The foundation hopes to provide a new environment for people, to get them away from the people and things in their lives that can help fuel an addiction. Whether that’s paying for an airline ticket or the first month’s rent of a new place to live, the mission is to get someone a new start in a sober living facility away from the the triggers that can push someone back to using.
Campiti initially plans to raise money for the foundation through a 5K run and possible grants.
“I couldn’t save my son’s life,” Campiti said, “but if I could save one life it’s worth it.”
St. Joseph County and other communities across Indiana have been battling opioid addictions for years, but things are improving.
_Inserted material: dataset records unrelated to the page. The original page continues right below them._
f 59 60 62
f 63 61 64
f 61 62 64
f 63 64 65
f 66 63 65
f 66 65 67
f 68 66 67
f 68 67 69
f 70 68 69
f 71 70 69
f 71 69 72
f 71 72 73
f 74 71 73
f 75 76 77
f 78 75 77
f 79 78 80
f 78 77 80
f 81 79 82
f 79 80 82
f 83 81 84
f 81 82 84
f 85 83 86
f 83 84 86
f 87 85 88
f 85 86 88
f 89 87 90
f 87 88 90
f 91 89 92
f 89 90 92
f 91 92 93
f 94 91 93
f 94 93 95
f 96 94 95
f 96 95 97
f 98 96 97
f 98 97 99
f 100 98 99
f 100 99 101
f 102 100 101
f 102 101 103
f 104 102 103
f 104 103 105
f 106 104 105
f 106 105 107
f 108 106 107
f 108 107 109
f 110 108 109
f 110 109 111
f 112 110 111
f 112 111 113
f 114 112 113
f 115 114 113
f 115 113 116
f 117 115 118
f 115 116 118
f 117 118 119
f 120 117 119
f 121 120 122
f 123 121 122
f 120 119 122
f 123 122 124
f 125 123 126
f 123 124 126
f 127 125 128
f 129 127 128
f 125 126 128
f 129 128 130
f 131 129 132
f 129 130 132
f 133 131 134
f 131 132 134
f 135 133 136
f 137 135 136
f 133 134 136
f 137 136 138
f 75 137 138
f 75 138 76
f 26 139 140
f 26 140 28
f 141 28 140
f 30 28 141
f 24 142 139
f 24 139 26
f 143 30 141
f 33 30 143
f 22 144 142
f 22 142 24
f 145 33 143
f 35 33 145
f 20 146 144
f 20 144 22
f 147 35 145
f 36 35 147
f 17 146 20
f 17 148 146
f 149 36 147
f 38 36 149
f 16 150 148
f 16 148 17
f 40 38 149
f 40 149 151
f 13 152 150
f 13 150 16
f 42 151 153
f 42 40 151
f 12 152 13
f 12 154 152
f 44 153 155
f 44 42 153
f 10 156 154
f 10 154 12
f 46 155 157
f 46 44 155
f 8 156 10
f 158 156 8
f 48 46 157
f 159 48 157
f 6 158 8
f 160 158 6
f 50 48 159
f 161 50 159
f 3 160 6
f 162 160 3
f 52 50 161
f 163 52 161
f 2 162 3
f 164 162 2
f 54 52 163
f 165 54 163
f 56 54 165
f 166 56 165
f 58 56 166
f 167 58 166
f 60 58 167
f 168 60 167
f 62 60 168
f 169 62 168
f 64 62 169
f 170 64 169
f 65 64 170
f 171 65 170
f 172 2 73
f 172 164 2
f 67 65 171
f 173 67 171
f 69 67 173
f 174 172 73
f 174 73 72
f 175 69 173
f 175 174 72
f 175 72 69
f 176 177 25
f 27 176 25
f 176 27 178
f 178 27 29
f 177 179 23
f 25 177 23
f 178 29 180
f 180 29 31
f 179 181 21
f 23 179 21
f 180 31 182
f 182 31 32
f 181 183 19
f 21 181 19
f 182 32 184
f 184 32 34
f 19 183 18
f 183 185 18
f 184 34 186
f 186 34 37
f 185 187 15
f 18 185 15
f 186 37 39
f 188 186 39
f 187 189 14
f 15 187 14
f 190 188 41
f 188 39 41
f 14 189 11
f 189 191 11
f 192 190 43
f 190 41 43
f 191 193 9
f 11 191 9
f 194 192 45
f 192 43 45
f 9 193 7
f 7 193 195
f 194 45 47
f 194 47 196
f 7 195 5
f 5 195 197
Following an all-time high in drug overdose deaths in Indiana in 2017, the state saw a 26 percent decrease in total deaths in 2018.
Efforts that help reduce overdose deaths, including things like the Nick Willard Live Again Foundation, can help.
Te’von Coney is hoping to have a similar impact on youth who may be headed in the wrong direction.
Coney visited the St. Joseph County Juvenile Justice Center this week to talk with juvenile offenders about changing their lives.
The former Notre Dame linebacker told the young men and women about his own experience when he was arrested in August 2016 in Fulton County and charged with marijuana possession.
Coney was placed on probation and disciplined by the university. But he changed his attitude, got away from the negative influences in his life and played his final season for the Irish. Now, Coney hopes to have a future in the NFL.
“At the end of the day you have to take care of yourself. You have to be focused,” Coney said. “I’m not telling you it will be easy, but it will be worth it.”
Coney’s story and the connection he made with the young men and women in the juvenile center may be just what they need to turn their lives around.